● **TRY IT**: Reproduce exactly, from the data that follows, the line with "#145=ADVANCED_FACE('',(#141),#144,.F.);", the line with "#179=DIRECTION('',(-0.349591643,-0.936902174,0.));", and every line that lies between them.

(Saved entries)

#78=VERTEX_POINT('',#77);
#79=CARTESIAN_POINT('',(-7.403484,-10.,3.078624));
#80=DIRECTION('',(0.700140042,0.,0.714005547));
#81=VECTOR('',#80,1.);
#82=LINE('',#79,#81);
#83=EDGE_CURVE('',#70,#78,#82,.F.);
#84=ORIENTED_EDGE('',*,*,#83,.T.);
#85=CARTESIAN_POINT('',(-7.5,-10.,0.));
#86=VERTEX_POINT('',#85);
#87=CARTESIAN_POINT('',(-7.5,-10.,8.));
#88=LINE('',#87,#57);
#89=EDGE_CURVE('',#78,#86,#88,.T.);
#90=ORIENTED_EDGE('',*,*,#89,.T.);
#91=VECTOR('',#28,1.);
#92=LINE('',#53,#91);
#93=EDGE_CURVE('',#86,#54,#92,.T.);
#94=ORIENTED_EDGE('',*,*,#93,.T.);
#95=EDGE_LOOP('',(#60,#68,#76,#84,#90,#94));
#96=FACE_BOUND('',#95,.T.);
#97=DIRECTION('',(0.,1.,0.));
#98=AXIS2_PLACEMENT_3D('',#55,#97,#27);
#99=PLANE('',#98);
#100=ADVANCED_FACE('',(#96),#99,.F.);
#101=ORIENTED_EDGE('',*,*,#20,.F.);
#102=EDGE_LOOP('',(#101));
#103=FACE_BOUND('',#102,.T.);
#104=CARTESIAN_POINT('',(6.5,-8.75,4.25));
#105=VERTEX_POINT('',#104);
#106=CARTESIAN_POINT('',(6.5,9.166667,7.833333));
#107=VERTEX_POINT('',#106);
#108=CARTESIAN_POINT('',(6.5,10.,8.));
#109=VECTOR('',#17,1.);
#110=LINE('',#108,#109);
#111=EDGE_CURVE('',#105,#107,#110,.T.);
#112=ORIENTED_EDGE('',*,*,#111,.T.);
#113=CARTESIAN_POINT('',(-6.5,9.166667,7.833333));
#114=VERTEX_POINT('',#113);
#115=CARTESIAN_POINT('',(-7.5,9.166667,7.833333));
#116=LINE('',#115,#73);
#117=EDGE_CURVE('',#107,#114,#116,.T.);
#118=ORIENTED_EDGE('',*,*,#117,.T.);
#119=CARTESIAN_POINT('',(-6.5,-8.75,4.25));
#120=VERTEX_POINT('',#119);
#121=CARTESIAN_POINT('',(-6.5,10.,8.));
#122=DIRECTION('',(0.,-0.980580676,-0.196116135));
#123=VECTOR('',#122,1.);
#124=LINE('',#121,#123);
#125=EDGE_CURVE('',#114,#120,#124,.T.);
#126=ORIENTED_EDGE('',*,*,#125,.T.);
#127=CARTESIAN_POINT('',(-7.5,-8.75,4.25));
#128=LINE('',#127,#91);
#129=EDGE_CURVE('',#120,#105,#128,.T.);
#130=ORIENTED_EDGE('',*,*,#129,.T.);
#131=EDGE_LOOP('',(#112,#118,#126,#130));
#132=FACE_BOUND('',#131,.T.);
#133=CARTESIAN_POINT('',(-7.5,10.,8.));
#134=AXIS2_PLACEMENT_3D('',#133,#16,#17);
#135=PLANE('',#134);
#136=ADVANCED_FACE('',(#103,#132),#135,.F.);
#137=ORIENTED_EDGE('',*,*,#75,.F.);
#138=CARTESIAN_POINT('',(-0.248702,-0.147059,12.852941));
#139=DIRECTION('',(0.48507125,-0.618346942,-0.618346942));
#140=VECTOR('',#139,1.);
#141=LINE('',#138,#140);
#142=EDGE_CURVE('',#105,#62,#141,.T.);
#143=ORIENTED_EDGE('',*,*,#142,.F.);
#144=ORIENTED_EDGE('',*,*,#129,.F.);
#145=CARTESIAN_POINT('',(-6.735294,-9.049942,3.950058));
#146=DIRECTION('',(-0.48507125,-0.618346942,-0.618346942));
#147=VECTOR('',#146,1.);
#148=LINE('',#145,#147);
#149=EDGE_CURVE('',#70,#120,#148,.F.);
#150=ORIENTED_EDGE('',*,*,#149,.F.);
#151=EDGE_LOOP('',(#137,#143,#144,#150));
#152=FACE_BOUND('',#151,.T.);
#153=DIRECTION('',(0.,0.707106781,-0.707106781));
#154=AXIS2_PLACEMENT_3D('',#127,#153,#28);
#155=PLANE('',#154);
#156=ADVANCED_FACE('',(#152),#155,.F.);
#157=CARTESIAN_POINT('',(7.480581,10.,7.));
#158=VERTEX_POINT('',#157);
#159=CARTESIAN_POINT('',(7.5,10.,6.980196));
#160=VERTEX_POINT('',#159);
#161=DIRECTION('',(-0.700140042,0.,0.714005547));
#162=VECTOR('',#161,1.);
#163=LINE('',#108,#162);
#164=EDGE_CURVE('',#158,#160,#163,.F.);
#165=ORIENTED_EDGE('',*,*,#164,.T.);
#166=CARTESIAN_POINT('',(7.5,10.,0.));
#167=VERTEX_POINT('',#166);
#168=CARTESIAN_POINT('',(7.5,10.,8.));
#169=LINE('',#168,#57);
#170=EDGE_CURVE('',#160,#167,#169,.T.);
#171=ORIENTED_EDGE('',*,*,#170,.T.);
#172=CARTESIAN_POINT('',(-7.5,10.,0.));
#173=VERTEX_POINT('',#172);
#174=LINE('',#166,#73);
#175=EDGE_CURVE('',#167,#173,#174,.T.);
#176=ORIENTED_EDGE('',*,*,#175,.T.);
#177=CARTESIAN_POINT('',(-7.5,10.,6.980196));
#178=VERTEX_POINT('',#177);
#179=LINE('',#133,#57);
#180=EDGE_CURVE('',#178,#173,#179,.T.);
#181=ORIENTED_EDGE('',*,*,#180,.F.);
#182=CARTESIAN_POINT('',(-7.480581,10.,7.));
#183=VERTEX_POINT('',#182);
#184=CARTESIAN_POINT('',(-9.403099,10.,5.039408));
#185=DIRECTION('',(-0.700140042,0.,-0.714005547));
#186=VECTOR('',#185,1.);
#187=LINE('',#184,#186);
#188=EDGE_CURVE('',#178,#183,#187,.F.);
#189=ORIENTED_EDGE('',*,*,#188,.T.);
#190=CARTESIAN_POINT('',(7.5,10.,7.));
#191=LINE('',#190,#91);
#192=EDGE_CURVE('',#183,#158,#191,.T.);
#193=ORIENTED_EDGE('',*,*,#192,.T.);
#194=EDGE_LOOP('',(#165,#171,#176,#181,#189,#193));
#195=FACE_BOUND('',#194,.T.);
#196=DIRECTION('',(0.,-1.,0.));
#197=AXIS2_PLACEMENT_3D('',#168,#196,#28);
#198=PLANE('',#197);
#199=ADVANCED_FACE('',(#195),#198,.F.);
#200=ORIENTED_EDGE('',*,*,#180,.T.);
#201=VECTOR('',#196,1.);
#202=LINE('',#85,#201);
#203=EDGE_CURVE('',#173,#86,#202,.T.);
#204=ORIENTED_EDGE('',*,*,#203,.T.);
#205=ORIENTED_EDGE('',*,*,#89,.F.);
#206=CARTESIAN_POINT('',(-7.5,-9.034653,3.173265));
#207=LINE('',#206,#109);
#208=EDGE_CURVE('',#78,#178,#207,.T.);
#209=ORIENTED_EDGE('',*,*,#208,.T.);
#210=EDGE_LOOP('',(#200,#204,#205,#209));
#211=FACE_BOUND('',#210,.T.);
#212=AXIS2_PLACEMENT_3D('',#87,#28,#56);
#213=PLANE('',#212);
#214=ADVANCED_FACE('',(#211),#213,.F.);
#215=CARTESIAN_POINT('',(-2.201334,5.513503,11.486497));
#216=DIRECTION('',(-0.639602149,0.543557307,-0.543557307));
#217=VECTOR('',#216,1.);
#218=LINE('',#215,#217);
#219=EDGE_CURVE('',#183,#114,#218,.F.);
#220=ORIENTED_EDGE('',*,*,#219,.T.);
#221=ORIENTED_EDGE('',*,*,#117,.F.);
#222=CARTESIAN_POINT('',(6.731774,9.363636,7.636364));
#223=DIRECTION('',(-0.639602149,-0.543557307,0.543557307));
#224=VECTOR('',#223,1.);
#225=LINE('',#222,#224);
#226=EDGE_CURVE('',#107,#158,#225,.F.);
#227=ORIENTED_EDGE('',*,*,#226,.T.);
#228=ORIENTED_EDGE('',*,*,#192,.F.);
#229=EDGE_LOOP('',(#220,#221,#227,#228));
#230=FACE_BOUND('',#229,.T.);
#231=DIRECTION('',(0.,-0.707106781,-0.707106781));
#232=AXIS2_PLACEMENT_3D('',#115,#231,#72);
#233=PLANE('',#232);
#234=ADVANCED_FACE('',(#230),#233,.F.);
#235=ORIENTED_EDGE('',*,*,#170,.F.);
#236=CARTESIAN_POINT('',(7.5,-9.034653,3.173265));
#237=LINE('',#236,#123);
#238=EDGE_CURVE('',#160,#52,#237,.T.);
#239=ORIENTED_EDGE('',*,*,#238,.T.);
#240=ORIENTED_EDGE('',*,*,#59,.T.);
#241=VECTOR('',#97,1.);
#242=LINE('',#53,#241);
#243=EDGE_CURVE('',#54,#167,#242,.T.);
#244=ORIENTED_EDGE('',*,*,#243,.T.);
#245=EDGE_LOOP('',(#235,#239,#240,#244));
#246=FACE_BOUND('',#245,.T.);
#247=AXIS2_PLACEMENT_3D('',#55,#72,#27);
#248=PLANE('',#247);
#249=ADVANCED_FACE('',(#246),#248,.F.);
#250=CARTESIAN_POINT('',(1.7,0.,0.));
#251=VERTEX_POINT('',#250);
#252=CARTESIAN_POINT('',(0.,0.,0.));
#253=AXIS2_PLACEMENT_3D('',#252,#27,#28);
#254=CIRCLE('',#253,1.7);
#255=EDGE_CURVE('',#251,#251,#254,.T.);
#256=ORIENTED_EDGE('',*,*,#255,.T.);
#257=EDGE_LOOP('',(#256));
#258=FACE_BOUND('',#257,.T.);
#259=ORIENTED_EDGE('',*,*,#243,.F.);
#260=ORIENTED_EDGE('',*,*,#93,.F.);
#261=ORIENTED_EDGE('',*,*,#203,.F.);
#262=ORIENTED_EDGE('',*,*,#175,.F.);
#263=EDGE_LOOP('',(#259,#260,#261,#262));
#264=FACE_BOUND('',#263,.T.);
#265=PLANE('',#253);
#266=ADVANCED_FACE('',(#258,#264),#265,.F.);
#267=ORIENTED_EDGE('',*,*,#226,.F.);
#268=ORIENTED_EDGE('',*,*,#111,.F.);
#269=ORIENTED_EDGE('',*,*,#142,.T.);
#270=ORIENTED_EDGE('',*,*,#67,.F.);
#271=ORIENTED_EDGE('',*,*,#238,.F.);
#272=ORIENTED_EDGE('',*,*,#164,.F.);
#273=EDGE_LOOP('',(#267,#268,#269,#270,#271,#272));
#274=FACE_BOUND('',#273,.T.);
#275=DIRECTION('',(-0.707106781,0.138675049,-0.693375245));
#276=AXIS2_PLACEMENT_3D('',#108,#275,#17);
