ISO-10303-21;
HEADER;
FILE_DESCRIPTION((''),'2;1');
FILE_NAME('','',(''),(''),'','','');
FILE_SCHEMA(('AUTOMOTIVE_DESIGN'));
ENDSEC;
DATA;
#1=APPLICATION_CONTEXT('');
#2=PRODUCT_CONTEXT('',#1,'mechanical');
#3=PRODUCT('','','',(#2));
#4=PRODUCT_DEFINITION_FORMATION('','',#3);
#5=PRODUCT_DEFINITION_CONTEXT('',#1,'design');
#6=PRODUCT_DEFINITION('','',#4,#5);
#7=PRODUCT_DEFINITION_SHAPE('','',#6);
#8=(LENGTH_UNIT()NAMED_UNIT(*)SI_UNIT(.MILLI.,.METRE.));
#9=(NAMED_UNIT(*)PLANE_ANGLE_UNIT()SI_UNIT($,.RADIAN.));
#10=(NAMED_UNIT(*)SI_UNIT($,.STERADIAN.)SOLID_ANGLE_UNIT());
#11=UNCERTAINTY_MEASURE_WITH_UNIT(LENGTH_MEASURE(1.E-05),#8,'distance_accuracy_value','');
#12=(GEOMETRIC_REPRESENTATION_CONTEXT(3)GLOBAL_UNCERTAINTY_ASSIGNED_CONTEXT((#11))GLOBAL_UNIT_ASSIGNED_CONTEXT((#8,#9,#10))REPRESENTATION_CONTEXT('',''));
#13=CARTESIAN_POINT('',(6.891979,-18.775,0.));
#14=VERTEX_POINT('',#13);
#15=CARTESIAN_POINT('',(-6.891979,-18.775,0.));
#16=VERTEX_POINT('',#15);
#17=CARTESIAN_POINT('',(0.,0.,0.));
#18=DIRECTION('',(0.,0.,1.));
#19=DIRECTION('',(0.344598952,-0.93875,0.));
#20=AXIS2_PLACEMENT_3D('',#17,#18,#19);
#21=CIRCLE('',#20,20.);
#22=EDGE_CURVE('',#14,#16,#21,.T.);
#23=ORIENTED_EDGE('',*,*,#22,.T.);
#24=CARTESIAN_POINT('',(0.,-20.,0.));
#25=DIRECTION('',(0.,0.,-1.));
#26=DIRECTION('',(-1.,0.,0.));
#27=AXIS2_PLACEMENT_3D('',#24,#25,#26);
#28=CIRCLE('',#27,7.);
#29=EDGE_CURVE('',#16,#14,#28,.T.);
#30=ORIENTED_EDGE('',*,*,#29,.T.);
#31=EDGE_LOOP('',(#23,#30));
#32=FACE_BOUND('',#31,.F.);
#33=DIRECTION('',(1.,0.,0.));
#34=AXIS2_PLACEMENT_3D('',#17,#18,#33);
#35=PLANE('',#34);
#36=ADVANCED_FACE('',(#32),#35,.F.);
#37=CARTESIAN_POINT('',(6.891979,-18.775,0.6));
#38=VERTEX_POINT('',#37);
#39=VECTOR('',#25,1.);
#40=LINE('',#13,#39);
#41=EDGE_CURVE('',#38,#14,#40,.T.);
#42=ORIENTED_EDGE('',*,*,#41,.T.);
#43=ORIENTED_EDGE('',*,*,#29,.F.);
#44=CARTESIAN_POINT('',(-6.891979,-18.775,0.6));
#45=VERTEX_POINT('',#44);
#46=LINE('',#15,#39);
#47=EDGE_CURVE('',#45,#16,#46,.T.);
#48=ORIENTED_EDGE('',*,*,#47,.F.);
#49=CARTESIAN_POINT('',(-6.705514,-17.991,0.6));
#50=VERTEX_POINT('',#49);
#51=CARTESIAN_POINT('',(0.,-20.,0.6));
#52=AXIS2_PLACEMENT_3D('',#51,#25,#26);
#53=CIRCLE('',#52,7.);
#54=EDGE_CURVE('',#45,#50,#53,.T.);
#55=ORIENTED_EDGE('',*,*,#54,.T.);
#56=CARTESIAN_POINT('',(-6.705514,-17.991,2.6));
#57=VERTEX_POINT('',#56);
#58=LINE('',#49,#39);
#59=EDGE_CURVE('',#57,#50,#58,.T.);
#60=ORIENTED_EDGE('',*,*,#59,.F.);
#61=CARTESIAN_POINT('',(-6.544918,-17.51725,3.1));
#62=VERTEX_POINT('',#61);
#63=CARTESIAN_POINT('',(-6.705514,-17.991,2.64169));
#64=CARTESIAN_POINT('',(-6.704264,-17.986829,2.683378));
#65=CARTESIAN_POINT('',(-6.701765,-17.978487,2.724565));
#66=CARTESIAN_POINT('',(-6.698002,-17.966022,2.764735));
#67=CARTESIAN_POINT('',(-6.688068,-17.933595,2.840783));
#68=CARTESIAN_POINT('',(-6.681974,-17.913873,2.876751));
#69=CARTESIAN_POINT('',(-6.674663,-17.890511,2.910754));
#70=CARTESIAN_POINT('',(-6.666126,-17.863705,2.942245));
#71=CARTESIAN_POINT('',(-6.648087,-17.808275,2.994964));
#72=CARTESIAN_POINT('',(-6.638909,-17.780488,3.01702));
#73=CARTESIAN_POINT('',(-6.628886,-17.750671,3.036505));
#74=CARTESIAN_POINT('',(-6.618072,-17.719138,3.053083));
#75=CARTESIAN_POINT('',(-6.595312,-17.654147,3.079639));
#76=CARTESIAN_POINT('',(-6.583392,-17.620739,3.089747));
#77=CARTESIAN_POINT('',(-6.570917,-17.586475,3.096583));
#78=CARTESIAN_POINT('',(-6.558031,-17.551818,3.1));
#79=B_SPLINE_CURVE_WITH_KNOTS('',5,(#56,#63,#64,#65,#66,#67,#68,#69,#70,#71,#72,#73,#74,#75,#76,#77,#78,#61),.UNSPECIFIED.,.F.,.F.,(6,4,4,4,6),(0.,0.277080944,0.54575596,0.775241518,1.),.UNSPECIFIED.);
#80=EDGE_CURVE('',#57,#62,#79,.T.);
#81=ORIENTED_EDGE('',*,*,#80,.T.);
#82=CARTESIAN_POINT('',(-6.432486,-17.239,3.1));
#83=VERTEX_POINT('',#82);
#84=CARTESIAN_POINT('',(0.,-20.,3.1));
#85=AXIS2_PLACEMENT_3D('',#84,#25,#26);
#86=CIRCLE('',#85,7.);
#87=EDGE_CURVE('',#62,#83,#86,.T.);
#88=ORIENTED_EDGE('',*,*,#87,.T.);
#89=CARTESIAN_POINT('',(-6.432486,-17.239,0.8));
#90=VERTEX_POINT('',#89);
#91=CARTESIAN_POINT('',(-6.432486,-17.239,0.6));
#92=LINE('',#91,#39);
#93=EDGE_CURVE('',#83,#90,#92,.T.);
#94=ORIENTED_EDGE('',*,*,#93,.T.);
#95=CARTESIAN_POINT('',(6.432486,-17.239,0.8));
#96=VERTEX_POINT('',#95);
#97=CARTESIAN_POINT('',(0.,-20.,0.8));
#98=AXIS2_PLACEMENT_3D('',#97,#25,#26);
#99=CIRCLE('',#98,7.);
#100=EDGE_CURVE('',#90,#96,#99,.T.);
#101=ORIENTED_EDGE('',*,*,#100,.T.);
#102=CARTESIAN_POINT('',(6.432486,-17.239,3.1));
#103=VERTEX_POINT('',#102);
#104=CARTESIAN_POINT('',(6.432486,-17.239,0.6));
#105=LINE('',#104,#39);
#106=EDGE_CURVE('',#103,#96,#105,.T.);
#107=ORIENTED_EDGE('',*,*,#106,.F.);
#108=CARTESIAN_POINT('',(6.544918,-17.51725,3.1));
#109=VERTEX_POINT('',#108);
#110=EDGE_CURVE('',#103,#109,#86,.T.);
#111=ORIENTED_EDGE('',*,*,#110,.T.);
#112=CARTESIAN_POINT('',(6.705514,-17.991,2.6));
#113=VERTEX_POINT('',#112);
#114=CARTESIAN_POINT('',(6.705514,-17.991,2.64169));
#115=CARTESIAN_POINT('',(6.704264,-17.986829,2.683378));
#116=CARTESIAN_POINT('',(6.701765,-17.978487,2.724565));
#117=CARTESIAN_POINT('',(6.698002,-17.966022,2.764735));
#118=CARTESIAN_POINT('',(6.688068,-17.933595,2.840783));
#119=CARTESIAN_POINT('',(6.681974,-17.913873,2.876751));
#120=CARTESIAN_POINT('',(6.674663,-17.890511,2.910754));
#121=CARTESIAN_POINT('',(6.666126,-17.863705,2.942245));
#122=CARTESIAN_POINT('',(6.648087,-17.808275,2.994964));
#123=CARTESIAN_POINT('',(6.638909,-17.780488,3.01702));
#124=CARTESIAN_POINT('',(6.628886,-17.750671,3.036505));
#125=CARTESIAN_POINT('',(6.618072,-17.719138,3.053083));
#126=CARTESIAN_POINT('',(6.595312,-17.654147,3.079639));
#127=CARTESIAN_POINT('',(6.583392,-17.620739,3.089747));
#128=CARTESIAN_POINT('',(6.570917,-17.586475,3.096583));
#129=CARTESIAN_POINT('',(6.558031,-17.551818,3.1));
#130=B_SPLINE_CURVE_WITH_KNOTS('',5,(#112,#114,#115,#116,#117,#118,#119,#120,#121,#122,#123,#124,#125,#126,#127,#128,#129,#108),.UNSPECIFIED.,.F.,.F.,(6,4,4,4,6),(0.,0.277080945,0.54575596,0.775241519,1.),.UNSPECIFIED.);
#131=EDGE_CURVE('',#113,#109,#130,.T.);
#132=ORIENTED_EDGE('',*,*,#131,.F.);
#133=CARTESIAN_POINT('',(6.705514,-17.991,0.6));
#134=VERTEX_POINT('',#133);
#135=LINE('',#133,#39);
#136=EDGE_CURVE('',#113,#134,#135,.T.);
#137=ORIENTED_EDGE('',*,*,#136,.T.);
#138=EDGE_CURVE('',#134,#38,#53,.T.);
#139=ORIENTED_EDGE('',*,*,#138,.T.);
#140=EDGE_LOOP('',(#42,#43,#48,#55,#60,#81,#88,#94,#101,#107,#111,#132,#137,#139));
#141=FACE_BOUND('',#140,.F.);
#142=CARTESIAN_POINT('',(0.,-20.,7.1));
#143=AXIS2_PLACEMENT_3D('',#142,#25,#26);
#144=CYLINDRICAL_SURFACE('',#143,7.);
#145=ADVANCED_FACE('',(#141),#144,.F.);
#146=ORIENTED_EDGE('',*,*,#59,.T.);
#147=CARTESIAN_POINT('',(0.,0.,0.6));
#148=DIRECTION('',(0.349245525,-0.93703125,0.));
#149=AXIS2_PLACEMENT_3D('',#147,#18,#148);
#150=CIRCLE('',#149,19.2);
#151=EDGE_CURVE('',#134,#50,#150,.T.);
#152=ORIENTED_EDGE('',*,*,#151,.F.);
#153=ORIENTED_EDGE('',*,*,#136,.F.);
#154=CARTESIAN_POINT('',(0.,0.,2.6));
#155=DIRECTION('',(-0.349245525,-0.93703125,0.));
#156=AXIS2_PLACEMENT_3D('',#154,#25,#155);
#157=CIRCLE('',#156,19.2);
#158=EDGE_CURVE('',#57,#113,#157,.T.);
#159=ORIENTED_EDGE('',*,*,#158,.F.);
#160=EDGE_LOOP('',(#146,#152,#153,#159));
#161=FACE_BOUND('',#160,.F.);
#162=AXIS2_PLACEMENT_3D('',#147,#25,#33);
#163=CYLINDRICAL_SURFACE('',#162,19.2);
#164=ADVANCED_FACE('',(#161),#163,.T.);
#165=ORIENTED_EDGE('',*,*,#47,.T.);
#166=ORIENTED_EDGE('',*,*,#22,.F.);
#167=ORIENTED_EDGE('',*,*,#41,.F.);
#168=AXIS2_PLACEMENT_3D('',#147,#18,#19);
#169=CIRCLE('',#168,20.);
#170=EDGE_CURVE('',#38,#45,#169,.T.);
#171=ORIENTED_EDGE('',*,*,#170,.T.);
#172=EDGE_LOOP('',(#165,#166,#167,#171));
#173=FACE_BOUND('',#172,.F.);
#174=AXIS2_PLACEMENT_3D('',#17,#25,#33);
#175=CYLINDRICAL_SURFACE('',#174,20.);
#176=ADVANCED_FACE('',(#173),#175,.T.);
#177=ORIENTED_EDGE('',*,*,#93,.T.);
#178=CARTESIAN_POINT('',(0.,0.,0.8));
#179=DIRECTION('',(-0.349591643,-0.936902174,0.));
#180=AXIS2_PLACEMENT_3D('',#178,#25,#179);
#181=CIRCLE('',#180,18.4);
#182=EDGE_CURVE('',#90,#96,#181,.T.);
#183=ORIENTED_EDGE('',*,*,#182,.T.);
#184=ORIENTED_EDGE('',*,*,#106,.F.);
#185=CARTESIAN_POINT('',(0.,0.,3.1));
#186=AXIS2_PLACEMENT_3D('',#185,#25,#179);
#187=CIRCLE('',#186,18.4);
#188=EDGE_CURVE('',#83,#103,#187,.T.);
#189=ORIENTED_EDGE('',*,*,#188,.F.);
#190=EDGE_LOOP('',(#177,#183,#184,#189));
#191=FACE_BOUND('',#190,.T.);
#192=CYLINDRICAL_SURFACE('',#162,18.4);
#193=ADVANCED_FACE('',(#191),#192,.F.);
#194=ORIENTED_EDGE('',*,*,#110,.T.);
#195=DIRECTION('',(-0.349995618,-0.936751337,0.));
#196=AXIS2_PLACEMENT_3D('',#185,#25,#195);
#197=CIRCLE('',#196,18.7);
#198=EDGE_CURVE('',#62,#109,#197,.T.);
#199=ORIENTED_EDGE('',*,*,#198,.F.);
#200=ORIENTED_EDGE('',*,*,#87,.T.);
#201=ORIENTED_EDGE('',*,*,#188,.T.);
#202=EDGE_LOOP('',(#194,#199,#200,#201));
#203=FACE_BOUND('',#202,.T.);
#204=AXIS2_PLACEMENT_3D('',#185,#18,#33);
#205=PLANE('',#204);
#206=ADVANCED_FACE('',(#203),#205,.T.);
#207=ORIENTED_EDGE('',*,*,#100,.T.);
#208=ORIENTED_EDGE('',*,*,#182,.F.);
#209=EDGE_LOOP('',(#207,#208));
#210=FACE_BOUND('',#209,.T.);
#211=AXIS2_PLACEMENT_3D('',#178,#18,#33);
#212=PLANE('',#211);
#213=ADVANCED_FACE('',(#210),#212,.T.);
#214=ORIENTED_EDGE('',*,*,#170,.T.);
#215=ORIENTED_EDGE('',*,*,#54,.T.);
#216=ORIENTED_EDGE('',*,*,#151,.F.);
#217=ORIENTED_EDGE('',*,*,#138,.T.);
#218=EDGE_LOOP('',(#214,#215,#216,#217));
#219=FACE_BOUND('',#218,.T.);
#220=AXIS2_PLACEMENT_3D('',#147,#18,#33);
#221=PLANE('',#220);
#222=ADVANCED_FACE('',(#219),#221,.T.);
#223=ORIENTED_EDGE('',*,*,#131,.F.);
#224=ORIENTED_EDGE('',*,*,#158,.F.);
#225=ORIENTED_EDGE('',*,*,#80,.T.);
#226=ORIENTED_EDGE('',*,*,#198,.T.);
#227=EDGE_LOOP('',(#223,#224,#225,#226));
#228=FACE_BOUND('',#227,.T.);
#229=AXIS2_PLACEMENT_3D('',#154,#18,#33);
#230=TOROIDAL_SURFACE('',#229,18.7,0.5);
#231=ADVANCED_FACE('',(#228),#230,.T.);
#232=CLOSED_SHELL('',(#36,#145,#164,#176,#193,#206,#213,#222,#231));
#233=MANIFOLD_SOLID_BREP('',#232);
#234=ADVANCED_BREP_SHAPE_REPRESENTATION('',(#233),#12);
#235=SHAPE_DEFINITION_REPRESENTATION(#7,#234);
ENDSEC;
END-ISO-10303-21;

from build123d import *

# Parameters (mm, degrees)
F0_R     = 20
F1_DEPTH = 0.6
F3_R     = 19.2
F4_DEPTH = 2.5
F5_T     = -0.8
F6_R     = 0.5
F9_D     = 14
F9_DEPTH = 4


with BuildPart() as f1:
    # F0 (on Top) → F1 (new body)
    with BuildSketch(Plane.XY):
        Circle(F0_R)
    extrude(amount=F1_DEPTH)

    # F3 (on face) → F4 (join)
    with BuildSketch(Plane.XY.offset(0.6)):
        Circle(F3_R)
    extrude(amount=F4_DEPTH)

    # F5
    f5_openings = [f1.faces().sort_by_distance(p)[0] for p in [
        (0, 0, 3.1),
    ]]
    offset(amount=F5_T, openings=f5_openings)

    # F6
    f6_edges = [f1.edges().sort_by_distance(p)[0] for p in [
        (-19.2, 0, 3.1),
    ]]
    fillet(f6_edges, radius=F6_R)

    # F9
    with Locations(Plane.XY.offset(3.1)):
        with Locations((0, -20)):
            Hole(F9_D / 2, depth=F9_DEPTH)


solid = f1.part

● **OUTPUT**:
#145=ADVANCED_FACE('',(#141),#144,.F.);
#146=ORIENTED_EDGE('',*,*,#59,.T.);
#147=CARTESIAN_POINT('',(0.,0.,0.6));
#148=DIRECTION('',(0.349245525,-0.93703125,0.));
#149=AXIS2_PLACEMENT_3D('',#147,#18,#148);
#150=CIRCLE('',#149,19.2);
#151=EDGE_CURVE('',#134,#50,#150,.T.);
#152=ORIENTED_EDGE('',*,*,#151,.F.);
#153=ORIENTED_EDGE('',*,*,#136,.F.);
#154=CARTESIAN_POINT('',(0.,0.,2.6));
#155=DIRECTION('',(-0.349245525,-0.93703125,0.));
#156=AXIS2_PLACEMENT_3D('',#154,#25,#155);
#157=CIRCLE('',#156,19.2);
#158=EDGE_CURVE('',#57,#113,#157,.T.);
#159=ORIENTED_EDGE('',*,*,#158,.F.);
#160=EDGE_LOOP('',(#146,#152,#153,#159));
#161=FACE_BOUND('',#160,.F.);
#162=AXIS2_PLACEMENT_3D('',#147,#25,#33);
#163=CYLINDRICAL_SURFACE('',#162,19.2);
#164=ADVANCED_FACE('',(#161),#163,.T.);
#165=ORIENTED_EDGE('',*,*,#47,.T.);
#166=ORIENTED_EDGE('',*,*,#22,.F.);
#167=ORIENTED_EDGE('',*,*,#41,.F.);
#168=AXIS2_PLACEMENT_3D('',#147,#18,#19);
#169=CIRCLE('',#168,20.);
#170=EDGE_CURVE('',#38,#45,#169,.T.);
#171=ORIENTED_EDGE('',*,*,#170,.T.);
#172=EDGE_LOOP('',(#165,#166,#167,#171));
#173=FACE_BOUND('',#172,.F.);
#174=AXIS2_PLACEMENT_3D('',#17,#25,#33);
#175=CYLINDRICAL_SURFACE('',#174,20.);
#176=ADVANCED_FACE('',(#173),#175,.T.);
#177=ORIENTED_EDGE('',*,*,#93,.T.);
#178=CARTESIAN_POINT('',(0.,0.,0.8));
#179=DIRECTION('',(-0.349591643,-0.936902174,0.));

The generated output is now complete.